Prominent members of Brazil’s centrist establishment backed da Silva, helping him build a “broad front” of allies: Sen. Simone Tebet, a centrist who finished third in the election’s first round, endorsed da Silva and campaigned relentlessly for him. Pre-election surveys suggested that as many as 70% of her voters intended to back da Silva on Sunday. The week before the vote, a prominent Bolsonaro ally attacked police who were trying to arrest him, a development that helped put a stop to Bolsonaro’s rise in the polls.

Major issues facing Brazil were largely drowned in a sea of fake news that turned the runoff race into a slog to the finish line. In television ads, however, both candidates focused largely on the the state of Brazil’s economy, as rising costs of food. Da Silva argued that Bolsonaro was responsible for surges in hunger and poverty rates, and promised that he would restore their “right to barbecue” ― a nod to the high costs of meat that had rendered it unaffordable for many Brazilians. Bolsonaro countered by leaning on his late expansions of aid to the poor and the economy’s general improvement in the months before the election.

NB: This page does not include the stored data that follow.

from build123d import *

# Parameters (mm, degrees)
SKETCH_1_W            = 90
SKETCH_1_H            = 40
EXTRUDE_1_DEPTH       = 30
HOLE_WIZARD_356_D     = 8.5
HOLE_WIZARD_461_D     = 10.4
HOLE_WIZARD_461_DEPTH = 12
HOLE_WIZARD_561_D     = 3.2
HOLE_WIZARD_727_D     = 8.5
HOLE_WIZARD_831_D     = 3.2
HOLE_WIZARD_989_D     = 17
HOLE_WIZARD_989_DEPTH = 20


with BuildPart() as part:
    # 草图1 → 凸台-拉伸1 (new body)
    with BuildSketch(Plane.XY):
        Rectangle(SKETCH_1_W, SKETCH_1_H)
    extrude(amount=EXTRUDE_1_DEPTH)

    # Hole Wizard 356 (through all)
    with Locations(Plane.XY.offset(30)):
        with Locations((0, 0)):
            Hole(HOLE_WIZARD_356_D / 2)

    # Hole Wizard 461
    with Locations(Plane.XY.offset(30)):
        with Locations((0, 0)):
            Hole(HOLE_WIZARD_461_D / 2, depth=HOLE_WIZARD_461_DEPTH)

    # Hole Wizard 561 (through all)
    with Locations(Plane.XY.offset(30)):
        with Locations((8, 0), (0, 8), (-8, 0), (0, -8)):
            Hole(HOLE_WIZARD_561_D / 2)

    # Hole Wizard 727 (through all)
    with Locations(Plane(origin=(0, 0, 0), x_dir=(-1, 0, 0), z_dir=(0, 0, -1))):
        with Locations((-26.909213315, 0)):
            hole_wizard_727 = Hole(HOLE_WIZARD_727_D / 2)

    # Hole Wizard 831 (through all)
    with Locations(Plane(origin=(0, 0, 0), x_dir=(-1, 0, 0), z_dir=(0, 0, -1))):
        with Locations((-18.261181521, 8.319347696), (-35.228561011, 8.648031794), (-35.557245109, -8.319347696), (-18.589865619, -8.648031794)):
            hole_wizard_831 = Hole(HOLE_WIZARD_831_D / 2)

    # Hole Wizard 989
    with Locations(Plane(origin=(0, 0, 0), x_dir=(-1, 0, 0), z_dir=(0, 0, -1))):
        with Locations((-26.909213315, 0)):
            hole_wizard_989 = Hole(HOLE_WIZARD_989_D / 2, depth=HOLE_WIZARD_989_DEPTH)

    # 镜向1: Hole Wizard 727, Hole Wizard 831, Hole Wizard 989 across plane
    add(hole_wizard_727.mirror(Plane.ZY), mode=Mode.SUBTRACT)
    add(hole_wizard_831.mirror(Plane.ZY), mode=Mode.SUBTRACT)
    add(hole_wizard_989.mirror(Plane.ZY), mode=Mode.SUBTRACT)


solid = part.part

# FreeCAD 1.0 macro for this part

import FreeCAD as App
import Part
import Sketcher

V = App.Vector
Q = App.Units.Quantity


def add_polygon(sketch, points):
    """Adds a closed chain of lines whose ends are joined by coincident constraints."""
    first, n = sketch.GeometryCount, len(points)
    for a, b in zip(points, points[1:] + points[:1]):
        sketch.addGeometry(Part.LineSegment(App.Vector(*a, 0), App.Vector(*b, 0)), False)
    for i in range(n):
        sketch.addConstraint(Sketcher.Constraint("Coincident", first + i, 2, first + (i + 1) % n, 1))

doc = App.newDocument("Part")
body = doc.addObject("PartDesign::Body", "Body")

sketch1 = body.newObject("Sketcher::SketchObject", "Sketch")
sketch1.AttachmentSupport = (doc.getObject("XY_Plane"), [""])
sketch1.MapMode = "FlatFace"
add_polygon(sketch1, [(-45, 20), (-45, -20), (45, -20), (45, 20)])
sketch1.addConstraint(Sketcher.Constraint("Vertical", 0))
sketch1.addConstraint(Sketcher.Constraint("Horizontal", 1))
sketch1.addConstraint(Sketcher.Constraint("Vertical", 2))
sketch1.addConstraint(Sketcher.Constraint("Horizontal", 3))
sketch1.addConstraint(Sketcher.Constraint("Symmetric", 0, 2, 2, 2, -1, 1))
sketch1.addConstraint(Sketcher.Constraint("DistanceX", 1, 1, 1, 2, Q("90 mm")))
sketch1.addConstraint(Sketcher.Constraint("DistanceY", 0, 2, 0, 1, Q("40 mm")))
pad1 = body.newObject("PartDesign::Pad", "Pad")
pad1.Profile = sketch1
pad1.Length = 30

sketch2 = body.newObject("Sketcher::SketchObject", "Sketch001")
sketch2.AttachmentSupport = (doc.getObject("XY_Plane"), [""])
sketch2.MapMode = "FlatFace"
sketch2.AttachmentOffset = App.Placement(V(0, 0, 30), App.Rotation())
sketch2.addGeometry(Part.Circle(V(0, 0, 0), V(0, 0, 1), 4.2), False)
sketch2.addConstraint(Sketcher.Constraint("Coincident", 0, 3, -1, 1))
sketch2.addConstraint(Sketcher.Constraint("Diameter", 0, Q("8.5 mm")))
doc.recompute()
hole = body.newObject("PartDesign::Hole", "Hole")
hole.Profile = sketch2
hole.ThreadType = "None"
hole.Diameter = 8.5
hole.DepthType = "ThroughAll"

sketch3 = body.newObject("Sketcher::SketchObject", "Sketch002")
sketch3.AttachmentSupport = (doc.getObject("XY_Plane"), [""])
sketch3.MapMode = "FlatFace"
sketch3.AttachmentOffset = App.Placement(V(0, 0, 30), App.Rotation())
sketch3.addGeometry(Part.Circle(V(0, 0, 0), V(0, 0, 1), 5), False)
sketch3.addConstraint(Sketcher.Constraint("Coincident", 0, 3, -1, 1))
sketch3.addConstraint(Sketcher.Constraint("Diameter", 0, Q("10.4 mm")))
doc.recompute()
hole2 = body.newObject("PartDesign::Hole", "Hole001")
hole2.Profile = sketch3
hole2.ThreadType = "None"
hole2.Diameter = 10.4
hole2.DepthType = "Dimension"
hole2.Depth = 12
hole2.DrillPoint = "Flat"

sketch4 = body.newObject("Sketcher::SketchObject", "Sketch003")
sketch4.AttachmentSupport = (doc.getObject("XY_Plane"), [""])
sketch4.MapMode = "FlatFace"
sketch4.AttachmentOffset = App.Placement(V(0, 0, 30), App.Rotation())
sketch4.addGeometry(Part.Circle(V(8, 0, 0), V(0, 0, 1), 1.6), False)
sketch4.addGeometry(Part.Circle(V(0, 8, 0), V(0, 0, 1), 1.6), False)
sketch4.addGeometry(Part.Circle(V(-8, 0, 0), V(0, 0, 1), 1.6), False)
sketch4.addGeometry(Part.Circle(V(0, -8, 0), V(0, 0, 1), 1.6), False)
sketch4.addConstraint(Sketcher.Constraint("Equal", 0, 1))
sketch4.addConstraint(Sketcher.Constraint("Equal", 1, 2))
sketch4.addConstraint(Sketcher.Constraint("Equal", 2, 3))
sketch4.addConstraint(Sketcher.Constraint("Symmetric", 0, 3, 2, 3, -1, 1))
sketch4.addConstraint(Sketcher.Constraint("Symmetric", 1, 3, 3, 3, -1, 1))
sketch4.addConstraint(Sketcher.Constraint("PointOnObject", 0, 3, -1))
sketch4.addConstraint(Sketcher.Constraint("PointOnObject", 1, 3, -2))
sketch4.addConstraint(Sketcher.Constraint("Diameter", 0, Q("3.2 mm")))
sketch4.addConstraint(Sketcher.Constraint("DistanceX", -1, 1, 0, 3, Q("8 mm")))
sketch4.addConstraint(Sketcher.Constraint("DistanceY", -1, 1, 1, 3, Q("8 mm")))
doc.recompute()
hole3 = body.newObject("PartDesign::Hole", "Hole002")
hole3.Profile = sketch4
hole3.ThreadType = "None"
hole3.Diameter = 3.2
hole3.DepthType = "ThroughAll"

sketch5 = body.newObject("Sketcher::SketchObject", "Sketch004")
sketch5.AttachmentSupport = (doc.getObject("XY_Plane"), [""])
sketch5.MapMode = "FlatFace"
sketch5.addGeometry(Part.Circle(V(26.9, 0, 0), V(0, 0, 1), 4.2), False)
sketch5.addConstraint(Sketcher.Constraint("PointOnObject", 0, 3, -1))
sketch5.addConstraint(Sketcher.Constraint("Diameter", 0, Q("8.5 mm")))
sketch5.addConstraint(Sketcher.Constraint("DistanceX", -1, 1, 0, 3, Q("26.909213 mm")))
doc.recompute()
hole4 = body.newObject("PartDesign::Hole", "Hole003")
hole4.Profile = sketch5
hole4.ThreadType = "None"
hole4.Diameter = 8.5
hole4.DepthType = "ThroughAll"
hole4.Reversed = True

sketch6 = body.newObject("Sketcher::SketchObject", "Sketch005")
sketch6.AttachmentSupport = (doc.getObject("XY_Plane"), [""])
sketch6.MapMode = "FlatFace"
sketch6.addGeometry(Part.Circle(V(18.3, 8.3, 0), V(0, 0, 1), 1.6), False)
sketch6.addGeometry(Part.Circle(V(35.2, 8.6, 0), V(0, 0, 1), 1.6), False)
sketch6.addGeometry(Part.Circle(V(35.6, -8.3, 0), V(0, 0, 1), 1.6), False)
sketch6.addGeometry(Part.Circle(V(18.6, -8.6, 0), V(0, 0, 1), 1.6), False)
sketch6.addConstraint(Sketcher.Constraint("Equal", 0, 1))
sketch6.addConstraint(Sketcher.Constraint("Equal", 1, 2))
sketch6.addConstraint(Sketcher.Constraint("Equal", 2, 3))
sketch6.addConstraint(Sketcher.Constraint("Diameter", 0, Q("3.2 mm")))
sketch6.addConstraint(Sketcher.Constraint("DistanceX", -1, 1, 0, 3, Q("18.261182 mm")))
sketch6.addConstraint(Sketcher.Constraint("DistanceX", -1, 1, 1, 3, Q("35.228561 mm")))
sketch6.addConstraint(Sketcher.Constraint("DistanceY", -1, 1, 1, 3, Q("8.648032 mm")))
sketch6.addConstraint(Sketcher.Constraint("DistanceY", 3, 3, -1, 1, Q("8.648032 mm")))
sketch6.addConstraint(Sketcher.Constraint("DistanceY", 2, 3, 1, 3, Q("16.967379 mm")))
sketch6.addConstraint(Sketcher.Constraint("DistanceY", 3, 3, 0, 3, Q("16.967379 mm")))
sketch6.addConstraint(Sketcher.Constraint("DistanceX", 3, 3, 2, 3, Q("16.967379 mm")))
sketch6.addConstraint(Sketcher.Constraint("DistanceX", -1, 1, 2, 3, Q("35.557245 mm")))
doc.recompute()
hole5 = body.newObject("PartDesign::Hole", "Hole004")
hole5.Profile = sketch6
hole5.ThreadType = "None"
hole5.Diameter = 3.2
hole5.DepthType = "ThroughAll"
hole5.Reversed = True

sketch7 = body.newObject("Sketcher::SketchObject", "Sketch006")
sketch7.AttachmentSupport = (doc.getObject("XY_Plane"), [""])
sketch7.MapMode = "FlatFace"
sketch7.addGeometry(Part.Circle(V(27, 0, 0), V(0, 0, 1), 8), False)
sketch7.addConstraint(Sketcher.Constraint("PointOnObject", 0, 3, -1))
sketch7.addConstraint(Sketcher.Constraint("Diameter", 0, Q("17 mm")))
sketch7.addConstraint(Sketcher.Constraint("DistanceX", -1, 1, 0, 3, Q("26.909213 mm")))
doc.recompute()
hole6 = body.newObject("PartDesign::Hole", "Hole005")
hole6.Profile = sketch7
hole6.ThreadType = "None"
hole6.Diameter = 17
hole6.DepthType = "Dimension"
hole6.Depth = 20
hole6.DrillPoint = "Flat"
hole6.Reversed = True
doc.recompute()

mirrored = body.newObject("PartDesign::Mirrored", "Mirrored")
mirrored.Originals = [hole4, hole5, hole6]
mirrored.MirrorPlane = (doc.getObject("YZ_Plane"), [""])
body.Tip = mirrored

doc.recompute()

Da Silva’s campaign was light on specific detail: He largely chose to remind Brazilians of the economic prosperity and social advances made during his presidency more than a decade ago. Late in the race, he released an outline of his economic platform and pledged to pursue an ambitious environmental agenda that could be likened to a Brazilian version of the Green New Deal that progressives in the United States sought to implement.

The Brazil that he will now lead, however, is in a much different position than the one he left.

Its economy has still not fully recovered from the last decade’s collapse or the pandemic. The sort of social assistance da Silva delivered as president may be constrained by caps on spending. Reversing rates of deforestation in the Amazon will pose a challenge. Brazil’s power on the global stage is not what it once was, even if the United States and many leaders in Europe will likely welcome his victory as a chance to partner on trade, climate and other issues.

And even if Bolsonaro does not mount a major challenge to the election, Bolsonarismo is likely to remain a significant aspect of Brazilian politics, after Bolsonaro-aligned candidates won the largest share of congressional seats on Oct. 2.